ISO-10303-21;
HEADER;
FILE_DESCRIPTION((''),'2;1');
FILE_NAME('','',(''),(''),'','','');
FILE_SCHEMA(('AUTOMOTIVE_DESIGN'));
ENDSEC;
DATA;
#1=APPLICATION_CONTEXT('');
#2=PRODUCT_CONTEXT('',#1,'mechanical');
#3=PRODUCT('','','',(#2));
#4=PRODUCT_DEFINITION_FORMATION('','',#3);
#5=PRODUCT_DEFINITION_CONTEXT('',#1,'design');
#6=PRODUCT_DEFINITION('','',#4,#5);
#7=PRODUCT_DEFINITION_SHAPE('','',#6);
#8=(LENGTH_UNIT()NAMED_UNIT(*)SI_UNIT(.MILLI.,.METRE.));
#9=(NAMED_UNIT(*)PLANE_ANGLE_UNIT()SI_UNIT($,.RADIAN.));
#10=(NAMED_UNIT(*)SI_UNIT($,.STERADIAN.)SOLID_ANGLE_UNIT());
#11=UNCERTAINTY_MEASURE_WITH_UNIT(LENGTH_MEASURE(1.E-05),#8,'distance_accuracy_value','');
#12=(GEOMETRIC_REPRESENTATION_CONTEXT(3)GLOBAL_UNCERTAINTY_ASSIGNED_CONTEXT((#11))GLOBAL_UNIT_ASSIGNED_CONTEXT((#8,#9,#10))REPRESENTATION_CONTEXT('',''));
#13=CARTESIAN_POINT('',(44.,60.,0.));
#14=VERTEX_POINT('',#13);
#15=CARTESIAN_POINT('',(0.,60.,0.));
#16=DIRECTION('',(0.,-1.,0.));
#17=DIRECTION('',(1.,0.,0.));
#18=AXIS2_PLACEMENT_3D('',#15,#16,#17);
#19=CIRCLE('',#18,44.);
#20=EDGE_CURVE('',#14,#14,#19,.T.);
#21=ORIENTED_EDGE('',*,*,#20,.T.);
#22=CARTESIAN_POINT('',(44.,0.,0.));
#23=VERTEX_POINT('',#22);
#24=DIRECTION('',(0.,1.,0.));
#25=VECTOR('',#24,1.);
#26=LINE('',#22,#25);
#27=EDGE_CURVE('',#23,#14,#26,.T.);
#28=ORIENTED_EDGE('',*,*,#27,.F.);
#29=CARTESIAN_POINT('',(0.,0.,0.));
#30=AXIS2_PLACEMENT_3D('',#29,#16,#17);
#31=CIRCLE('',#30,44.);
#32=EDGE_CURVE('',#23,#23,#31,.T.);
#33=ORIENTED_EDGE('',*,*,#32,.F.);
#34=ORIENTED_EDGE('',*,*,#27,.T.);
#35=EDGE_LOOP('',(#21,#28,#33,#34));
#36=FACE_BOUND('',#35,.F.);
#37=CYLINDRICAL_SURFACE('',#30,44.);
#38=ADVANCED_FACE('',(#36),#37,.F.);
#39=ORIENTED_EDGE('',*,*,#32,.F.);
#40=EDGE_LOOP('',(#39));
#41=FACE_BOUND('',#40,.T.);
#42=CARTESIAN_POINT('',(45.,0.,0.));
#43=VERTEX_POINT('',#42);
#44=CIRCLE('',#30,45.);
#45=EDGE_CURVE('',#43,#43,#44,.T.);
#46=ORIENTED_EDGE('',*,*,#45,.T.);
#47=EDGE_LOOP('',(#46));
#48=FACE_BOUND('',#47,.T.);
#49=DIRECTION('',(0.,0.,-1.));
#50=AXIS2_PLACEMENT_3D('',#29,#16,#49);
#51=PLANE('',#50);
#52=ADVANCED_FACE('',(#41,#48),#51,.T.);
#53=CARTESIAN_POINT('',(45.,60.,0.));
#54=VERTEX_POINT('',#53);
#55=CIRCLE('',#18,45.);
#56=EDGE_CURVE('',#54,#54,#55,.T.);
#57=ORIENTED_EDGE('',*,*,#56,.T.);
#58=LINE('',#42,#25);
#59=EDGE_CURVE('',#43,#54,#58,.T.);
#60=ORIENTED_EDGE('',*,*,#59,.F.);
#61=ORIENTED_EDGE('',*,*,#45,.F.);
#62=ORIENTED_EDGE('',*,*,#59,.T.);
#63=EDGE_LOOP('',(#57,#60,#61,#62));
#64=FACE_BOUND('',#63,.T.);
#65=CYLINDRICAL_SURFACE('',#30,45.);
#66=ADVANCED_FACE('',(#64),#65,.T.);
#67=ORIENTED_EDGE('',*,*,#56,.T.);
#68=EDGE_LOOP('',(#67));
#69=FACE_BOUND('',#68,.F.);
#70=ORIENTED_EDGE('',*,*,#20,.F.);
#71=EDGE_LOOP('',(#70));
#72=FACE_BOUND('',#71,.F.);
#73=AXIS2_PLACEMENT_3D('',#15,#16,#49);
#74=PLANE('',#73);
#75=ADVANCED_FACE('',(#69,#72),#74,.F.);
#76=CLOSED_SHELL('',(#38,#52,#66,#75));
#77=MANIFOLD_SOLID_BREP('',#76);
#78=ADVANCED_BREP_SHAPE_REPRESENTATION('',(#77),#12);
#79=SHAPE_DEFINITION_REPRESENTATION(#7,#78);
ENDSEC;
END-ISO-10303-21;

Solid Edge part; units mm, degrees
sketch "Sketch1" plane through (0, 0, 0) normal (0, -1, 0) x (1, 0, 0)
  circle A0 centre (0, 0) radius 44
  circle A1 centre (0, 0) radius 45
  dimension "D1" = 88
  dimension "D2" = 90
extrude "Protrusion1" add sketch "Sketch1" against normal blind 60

--

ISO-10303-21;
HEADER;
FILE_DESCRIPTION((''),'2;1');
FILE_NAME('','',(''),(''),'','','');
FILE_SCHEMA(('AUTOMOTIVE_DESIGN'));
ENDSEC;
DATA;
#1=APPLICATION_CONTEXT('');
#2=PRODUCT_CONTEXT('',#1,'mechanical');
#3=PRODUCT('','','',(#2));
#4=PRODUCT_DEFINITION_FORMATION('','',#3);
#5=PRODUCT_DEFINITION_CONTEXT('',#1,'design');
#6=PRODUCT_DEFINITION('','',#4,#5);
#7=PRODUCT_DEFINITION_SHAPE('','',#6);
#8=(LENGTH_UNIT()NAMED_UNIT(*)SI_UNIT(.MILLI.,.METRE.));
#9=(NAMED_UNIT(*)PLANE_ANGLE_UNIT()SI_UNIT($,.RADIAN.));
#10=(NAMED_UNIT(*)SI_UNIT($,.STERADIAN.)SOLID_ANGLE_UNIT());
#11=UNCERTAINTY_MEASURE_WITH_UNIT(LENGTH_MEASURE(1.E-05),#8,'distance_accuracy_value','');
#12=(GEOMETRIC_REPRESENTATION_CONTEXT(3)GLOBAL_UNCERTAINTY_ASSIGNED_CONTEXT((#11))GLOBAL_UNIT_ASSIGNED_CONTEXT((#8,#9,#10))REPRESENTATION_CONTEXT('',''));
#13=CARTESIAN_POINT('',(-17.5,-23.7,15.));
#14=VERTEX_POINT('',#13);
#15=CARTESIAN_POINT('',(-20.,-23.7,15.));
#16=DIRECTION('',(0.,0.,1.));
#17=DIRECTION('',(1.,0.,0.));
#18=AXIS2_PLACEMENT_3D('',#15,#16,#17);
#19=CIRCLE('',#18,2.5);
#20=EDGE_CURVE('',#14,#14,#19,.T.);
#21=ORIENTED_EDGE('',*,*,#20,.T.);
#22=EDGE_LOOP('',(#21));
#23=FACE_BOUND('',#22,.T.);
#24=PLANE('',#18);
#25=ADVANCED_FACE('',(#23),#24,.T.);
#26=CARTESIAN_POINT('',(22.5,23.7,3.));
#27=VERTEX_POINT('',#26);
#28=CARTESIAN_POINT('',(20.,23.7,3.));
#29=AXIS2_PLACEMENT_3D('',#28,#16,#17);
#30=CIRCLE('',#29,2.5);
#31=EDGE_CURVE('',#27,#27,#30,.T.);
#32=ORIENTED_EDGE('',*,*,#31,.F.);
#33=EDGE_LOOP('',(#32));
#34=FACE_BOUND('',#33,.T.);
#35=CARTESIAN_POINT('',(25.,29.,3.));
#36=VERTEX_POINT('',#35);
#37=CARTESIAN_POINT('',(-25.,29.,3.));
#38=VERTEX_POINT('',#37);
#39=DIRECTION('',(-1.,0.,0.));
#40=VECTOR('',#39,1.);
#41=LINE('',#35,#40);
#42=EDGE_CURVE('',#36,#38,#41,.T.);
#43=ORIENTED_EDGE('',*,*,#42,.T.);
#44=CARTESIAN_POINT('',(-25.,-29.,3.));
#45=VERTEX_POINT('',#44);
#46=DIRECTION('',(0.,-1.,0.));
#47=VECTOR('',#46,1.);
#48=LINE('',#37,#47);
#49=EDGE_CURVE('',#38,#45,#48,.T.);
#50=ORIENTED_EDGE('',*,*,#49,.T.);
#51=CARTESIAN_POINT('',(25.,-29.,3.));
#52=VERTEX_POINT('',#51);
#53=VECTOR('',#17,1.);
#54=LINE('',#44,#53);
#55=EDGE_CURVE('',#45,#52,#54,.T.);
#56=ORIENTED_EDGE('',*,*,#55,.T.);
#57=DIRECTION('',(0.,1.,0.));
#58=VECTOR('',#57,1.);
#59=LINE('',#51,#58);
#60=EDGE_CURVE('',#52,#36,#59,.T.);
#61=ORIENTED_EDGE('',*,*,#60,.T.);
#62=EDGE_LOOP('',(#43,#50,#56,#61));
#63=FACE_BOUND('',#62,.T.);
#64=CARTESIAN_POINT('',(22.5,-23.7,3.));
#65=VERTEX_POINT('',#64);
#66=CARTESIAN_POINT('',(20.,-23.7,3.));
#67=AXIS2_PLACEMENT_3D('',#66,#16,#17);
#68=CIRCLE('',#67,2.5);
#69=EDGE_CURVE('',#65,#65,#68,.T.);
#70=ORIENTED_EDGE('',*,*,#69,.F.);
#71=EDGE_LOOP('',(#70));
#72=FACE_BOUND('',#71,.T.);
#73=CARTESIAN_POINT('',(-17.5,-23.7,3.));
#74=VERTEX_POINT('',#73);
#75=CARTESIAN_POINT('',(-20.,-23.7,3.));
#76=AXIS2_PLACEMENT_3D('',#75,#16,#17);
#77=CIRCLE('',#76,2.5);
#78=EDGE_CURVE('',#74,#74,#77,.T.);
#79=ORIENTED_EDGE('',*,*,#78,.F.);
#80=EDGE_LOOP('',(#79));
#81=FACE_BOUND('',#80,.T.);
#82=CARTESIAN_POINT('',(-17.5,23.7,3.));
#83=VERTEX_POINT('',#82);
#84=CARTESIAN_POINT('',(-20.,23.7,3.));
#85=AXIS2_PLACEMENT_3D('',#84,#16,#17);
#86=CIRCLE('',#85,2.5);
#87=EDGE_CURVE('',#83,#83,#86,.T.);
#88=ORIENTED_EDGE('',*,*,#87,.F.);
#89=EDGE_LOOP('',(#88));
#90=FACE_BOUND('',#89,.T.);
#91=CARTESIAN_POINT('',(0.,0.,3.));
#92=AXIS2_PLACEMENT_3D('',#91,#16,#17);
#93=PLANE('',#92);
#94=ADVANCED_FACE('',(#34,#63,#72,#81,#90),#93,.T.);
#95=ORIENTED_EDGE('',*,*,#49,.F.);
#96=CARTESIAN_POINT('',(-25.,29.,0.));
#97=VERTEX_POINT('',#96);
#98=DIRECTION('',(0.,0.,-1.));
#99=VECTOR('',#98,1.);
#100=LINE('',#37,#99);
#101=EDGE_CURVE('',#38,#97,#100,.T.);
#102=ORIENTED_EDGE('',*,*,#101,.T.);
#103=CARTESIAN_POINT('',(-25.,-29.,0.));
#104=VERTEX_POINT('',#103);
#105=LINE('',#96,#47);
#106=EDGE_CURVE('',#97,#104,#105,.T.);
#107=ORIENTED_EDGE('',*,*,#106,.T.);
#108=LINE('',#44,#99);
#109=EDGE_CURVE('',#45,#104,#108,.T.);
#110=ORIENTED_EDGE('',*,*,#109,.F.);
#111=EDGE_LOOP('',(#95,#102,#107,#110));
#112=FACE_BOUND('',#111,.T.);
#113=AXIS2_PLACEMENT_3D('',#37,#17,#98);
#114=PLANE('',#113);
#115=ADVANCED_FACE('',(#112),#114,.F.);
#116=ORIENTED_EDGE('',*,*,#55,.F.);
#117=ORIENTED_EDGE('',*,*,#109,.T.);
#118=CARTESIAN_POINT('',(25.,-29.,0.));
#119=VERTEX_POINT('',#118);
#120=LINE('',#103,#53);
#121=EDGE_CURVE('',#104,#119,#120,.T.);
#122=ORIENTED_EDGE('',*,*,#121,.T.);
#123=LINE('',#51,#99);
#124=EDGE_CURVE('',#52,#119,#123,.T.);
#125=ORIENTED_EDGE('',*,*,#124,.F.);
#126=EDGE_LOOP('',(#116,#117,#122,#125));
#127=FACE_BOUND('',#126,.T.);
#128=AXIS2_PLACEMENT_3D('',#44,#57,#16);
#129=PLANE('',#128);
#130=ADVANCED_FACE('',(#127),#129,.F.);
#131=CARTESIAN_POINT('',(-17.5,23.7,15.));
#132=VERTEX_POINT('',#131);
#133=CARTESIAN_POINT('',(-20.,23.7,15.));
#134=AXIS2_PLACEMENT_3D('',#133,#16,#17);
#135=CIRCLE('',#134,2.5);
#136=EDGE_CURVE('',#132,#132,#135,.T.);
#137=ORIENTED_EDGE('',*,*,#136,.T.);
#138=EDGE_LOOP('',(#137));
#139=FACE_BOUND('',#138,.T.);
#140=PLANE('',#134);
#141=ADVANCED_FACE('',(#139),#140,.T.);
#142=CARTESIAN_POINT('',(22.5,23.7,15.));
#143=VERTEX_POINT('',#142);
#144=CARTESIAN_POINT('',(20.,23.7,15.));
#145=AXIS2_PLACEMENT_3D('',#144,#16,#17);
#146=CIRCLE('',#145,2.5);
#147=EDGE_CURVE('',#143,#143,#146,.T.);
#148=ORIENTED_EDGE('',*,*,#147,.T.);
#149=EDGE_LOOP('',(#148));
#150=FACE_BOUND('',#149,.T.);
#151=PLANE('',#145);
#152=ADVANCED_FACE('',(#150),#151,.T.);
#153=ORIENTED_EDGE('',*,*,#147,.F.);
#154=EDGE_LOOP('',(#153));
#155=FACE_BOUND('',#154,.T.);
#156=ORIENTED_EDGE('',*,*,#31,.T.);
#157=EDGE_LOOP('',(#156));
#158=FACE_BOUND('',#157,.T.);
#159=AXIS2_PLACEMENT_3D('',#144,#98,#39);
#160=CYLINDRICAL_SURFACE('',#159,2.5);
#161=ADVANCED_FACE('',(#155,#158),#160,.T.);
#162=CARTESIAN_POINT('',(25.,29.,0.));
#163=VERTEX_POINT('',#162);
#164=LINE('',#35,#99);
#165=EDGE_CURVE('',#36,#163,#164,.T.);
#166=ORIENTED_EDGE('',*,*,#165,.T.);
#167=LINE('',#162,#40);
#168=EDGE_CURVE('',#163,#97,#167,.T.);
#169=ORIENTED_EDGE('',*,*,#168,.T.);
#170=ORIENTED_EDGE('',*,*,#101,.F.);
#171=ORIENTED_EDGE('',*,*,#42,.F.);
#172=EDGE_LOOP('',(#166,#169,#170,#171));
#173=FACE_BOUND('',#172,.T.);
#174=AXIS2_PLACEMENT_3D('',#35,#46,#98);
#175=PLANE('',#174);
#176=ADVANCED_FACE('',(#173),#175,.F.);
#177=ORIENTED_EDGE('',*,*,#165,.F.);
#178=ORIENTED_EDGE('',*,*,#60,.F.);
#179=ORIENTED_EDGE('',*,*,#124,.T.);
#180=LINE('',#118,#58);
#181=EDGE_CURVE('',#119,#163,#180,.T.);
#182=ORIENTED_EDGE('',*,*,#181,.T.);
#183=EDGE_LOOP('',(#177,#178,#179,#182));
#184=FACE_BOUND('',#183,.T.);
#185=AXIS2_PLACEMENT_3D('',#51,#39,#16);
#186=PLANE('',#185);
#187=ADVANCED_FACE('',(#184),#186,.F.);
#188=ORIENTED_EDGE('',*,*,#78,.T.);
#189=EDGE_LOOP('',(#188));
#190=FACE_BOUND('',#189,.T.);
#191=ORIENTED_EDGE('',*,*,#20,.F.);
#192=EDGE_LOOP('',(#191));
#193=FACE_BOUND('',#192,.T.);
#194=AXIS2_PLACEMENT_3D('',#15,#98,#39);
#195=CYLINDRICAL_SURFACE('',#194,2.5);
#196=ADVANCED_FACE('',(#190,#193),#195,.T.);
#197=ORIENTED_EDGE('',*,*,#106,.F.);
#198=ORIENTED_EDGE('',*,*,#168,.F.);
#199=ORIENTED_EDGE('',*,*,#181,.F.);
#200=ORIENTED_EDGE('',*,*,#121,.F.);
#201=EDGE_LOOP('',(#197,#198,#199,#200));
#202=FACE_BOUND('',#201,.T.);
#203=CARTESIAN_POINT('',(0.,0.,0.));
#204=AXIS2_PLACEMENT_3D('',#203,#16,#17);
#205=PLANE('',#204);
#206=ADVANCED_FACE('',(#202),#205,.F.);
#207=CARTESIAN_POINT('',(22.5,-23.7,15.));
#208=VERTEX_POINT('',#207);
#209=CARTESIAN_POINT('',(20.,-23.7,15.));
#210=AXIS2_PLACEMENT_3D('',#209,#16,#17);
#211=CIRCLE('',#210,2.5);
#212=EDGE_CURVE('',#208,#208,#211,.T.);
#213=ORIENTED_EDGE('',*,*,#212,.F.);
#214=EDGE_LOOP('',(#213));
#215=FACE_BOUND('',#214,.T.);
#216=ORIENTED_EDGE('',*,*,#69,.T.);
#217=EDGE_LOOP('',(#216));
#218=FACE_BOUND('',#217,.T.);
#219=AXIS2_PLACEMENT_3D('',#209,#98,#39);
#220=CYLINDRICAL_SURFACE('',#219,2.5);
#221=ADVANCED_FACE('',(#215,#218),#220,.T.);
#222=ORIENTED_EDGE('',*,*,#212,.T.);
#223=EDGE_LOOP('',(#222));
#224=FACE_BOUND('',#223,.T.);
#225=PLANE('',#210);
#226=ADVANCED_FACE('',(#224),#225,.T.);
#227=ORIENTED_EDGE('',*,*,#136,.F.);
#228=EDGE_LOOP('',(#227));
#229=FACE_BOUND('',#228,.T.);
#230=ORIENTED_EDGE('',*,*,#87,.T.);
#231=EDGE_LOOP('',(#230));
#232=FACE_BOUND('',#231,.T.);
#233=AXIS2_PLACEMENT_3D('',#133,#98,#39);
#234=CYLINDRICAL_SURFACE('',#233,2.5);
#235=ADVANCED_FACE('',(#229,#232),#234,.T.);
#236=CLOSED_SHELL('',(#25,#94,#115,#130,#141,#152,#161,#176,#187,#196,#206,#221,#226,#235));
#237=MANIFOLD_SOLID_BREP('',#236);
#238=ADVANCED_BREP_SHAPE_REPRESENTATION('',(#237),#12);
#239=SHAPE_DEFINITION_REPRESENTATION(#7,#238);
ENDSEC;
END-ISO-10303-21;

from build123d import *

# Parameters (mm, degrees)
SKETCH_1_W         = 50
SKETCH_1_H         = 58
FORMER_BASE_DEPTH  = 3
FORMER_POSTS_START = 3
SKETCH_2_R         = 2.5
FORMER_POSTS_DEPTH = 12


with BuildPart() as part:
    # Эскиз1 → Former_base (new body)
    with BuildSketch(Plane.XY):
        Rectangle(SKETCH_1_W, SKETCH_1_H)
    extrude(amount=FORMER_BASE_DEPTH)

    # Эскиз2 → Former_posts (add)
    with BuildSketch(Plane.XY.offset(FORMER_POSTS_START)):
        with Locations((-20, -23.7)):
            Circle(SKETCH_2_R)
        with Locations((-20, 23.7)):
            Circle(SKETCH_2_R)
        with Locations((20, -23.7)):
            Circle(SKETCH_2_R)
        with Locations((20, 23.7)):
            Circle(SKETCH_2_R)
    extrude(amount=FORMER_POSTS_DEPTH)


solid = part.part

Your task = From the material above, retype precisely the lines between the line holding "#84=CARTESIAN_POINT('',(-20.,23.7,3.));" and the line holding "#118=CARTESIAN_POINT('',(25.,-29.,0.));", inclusive, and nothing beyond them.

Exercise response =
#84=CARTESIAN_POINT('',(-20.,23.7,3.));
#85=AXIS2_PLACEMENT_3D('',#84,#16,#17);
#86=CIRCLE('',#85,2.5);
#87=EDGE_CURVE('',#83,#83,#86,.T.);
#88=ORIENTED_EDGE('',*,*,#87,.F.);
#89=EDGE_LOOP('',(#88));
#90=FACE_BOUND('',#89,.T.);
#91=CARTESIAN_POINT('',(0.,0.,3.));
#92=AXIS2_PLACEMENT_3D('',#91,#16,#17);
#93=PLANE('',#92);
#94=ADVANCED_FACE('',(#34,#63,#72,#81,#90),#93,.T.);
#95=ORIENTED_EDGE('',*,*,#49,.F.);
#96=CARTESIAN_POINT('',(-25.,29.,0.));
#97=VERTEX_POINT('',#96);
#98=DIRECTION('',(0.,0.,-1.));
#99=VECTOR('',#98,1.);
#100=LINE('',#37,#99);
#101=EDGE_CURVE('',#38,#97,#100,.T.);
#102=ORIENTED_EDGE('',*,*,#101,.T.);
#103=CARTESIAN_POINT('',(-25.,-29.,0.));
#104=VERTEX_POINT('',#103);
#105=LINE('',#96,#47);
#106=EDGE_CURVE('',#97,#104,#105,.T.);
#107=ORIENTED_EDGE('',*,*,#106,.T.);
#108=LINE('',#44,#99);
#109=EDGE_CURVE('',#45,#104,#108,.T.);
#110=ORIENTED_EDGE('',*,*,#109,.F.);
#111=EDGE_LOOP('',(#95,#102,#107,#110));
#112=FACE_BOUND('',#111,.T.);
#113=AXIS2_PLACEMENT_3D('',#37,#17,#98);
#114=PLANE('',#113);
#115=ADVANCED_FACE('',(#112),#114,.F.);
#116=ORIENTED_EDGE('',*,*,#55,.F.);
#117=ORIENTED_EDGE('',*,*,#109,.T.);
#118=CARTESIAN_POINT('',(25.,-29.,0.));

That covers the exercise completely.